Overall, we conclude hBayesDM provides a user-friendly way of fitting
HGF models whose parameter estimates will be compatible with those from
TAPAS. In many cases, hgf_ibrb should be
preferred over hgf_ibrb_single
as hierarchical modeling framework further improves parameter recovery
compared to individual-level fits, presumably due to the benefits of
shrinkage (Ahn et al., 2011; Kruschke,
2014).
hBayesDM provides various options for setting the
initial values (inits) of the parameters. The default
setting is vb, therefore hBayesDM will try to
fit the model with vb
and then use the VB estimation as initial values for MCMC sampling. If
this VB estimation fails, hBayesDM defaults to using random
initial values instead.
Since the vb option has the issue of failing
stochastically, consider using the random option or
specifying the initial parameter values, like other models implemented
in hBayesDM.
fit <- hgf_ibrb(data = "example", inits = "random")In Section 4, we showed that both TAPAS and hBayesDM have failed to recover ω₃ properly. In fact, several previous studies have also reported unreliable parameter estimation for ω₃ (Hein et al., 2021; Reed et al., 2020; Tecilla et al., 2023). To our knowledge, there has been no systematic analysis of the causes or the potential solutions. Therefore, we tried various input designs and parameter settings to investigate under what conditions we can achieve decent parameter recovery and ω₃ can produce detectable behavioral differences.
The main issue with the data used in Section 4 was that the individual differences in ω₃ didn’t produce any meaningful differences in the responses between the participants. Thus, we conducted parameter recovery analyses multiple times using various input designs and different ranges of ω₃ (-6.4 < ω₃ < -0.8) while fixing all other parameters. Most promising results were found when we simply added more volatility to the environment using the contingency schedule shown in Figure 10.

Figure 10. Volatile Contingency Schedule
The overall task design is similar to the Contingency Schedule reported in Section 1. The total number of trials is 400 and switches between stable and volatile phases. The main difference is that number of trials for each stable and volatile phase is 50 trials each, half the number of trials used in the previous design.
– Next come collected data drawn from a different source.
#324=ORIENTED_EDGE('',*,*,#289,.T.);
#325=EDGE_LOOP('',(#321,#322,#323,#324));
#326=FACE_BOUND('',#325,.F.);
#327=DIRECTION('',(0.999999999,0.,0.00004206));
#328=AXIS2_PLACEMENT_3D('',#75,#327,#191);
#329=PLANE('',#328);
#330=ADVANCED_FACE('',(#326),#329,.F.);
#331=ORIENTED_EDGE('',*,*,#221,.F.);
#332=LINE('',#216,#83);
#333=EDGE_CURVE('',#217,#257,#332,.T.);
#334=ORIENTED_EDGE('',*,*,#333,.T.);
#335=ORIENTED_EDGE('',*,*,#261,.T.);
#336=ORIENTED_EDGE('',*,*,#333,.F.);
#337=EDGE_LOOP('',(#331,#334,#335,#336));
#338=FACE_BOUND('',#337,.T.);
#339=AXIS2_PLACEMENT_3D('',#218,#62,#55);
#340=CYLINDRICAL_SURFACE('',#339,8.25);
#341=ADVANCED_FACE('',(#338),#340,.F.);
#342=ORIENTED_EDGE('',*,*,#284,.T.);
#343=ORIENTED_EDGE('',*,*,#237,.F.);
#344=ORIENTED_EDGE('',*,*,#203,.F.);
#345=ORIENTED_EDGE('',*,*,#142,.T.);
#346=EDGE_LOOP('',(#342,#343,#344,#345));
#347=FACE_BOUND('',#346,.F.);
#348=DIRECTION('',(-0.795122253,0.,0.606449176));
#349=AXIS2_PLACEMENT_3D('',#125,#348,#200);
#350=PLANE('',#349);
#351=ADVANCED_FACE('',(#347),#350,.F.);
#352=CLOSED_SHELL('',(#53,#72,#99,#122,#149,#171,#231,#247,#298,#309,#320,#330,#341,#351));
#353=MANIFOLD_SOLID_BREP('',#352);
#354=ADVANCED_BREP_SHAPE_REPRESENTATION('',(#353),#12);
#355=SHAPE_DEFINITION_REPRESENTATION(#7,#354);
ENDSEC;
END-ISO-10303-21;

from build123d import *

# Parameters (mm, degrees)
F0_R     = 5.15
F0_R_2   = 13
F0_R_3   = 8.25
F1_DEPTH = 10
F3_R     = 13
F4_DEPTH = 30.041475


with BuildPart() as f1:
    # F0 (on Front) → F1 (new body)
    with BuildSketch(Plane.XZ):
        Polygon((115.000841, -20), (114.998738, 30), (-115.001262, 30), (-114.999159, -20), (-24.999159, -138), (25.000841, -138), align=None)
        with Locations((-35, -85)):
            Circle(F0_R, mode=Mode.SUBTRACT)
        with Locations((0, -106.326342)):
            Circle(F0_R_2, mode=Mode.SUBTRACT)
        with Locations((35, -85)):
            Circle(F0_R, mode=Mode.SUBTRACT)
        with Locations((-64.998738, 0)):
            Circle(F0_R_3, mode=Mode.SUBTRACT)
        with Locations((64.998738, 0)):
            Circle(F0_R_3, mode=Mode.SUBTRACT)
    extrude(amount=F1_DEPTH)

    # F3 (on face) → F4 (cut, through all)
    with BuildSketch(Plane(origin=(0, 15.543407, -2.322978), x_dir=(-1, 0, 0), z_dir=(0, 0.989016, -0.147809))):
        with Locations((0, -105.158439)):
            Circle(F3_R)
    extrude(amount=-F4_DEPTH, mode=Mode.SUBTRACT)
This leads to twice the number of shifts between stable and volatile phases compared to the previous design.

Figure 11. Parameter recovery
Figure 11 shows the result of parameter recovery of ω₃ using hgf_ibrb_single.
Although the results are not perfect, we can see that the parameter
recovery results have improved compared to the results from the previous
design (Figure 5). This indicates that adding enough volatility to the
environment itself is a necessary step for capturing the individual
differences in parameters at high levels such as ω₃.
Many studies have reported issues in estimating parameters at level 3 or above such as ω₃ (Hein et al., 2021; Reed et al., 2020; Tecilla et al., 2023). Below are some tips to mitigate such issues.
Task design: As mentioned in the previous section, the researcher must carefully design their experiment and check whether their task can appropriately capture the individual differences in the parameters of interest. Simulating experiment data and running parameter recovery before actually conducting the experiment would be the best way to check the task design.
Parameter Boundaries: Setting appropriate parameter boundaries is a crucial part of applying HGF. For instance, if ω₃ is too low, then exp(ω₃) becomes very small (e.g., ω₃ = -8, exp(ω₃) ≈ 0.000335), which means that level-3 updating has almost no influence on the agent’s behavior.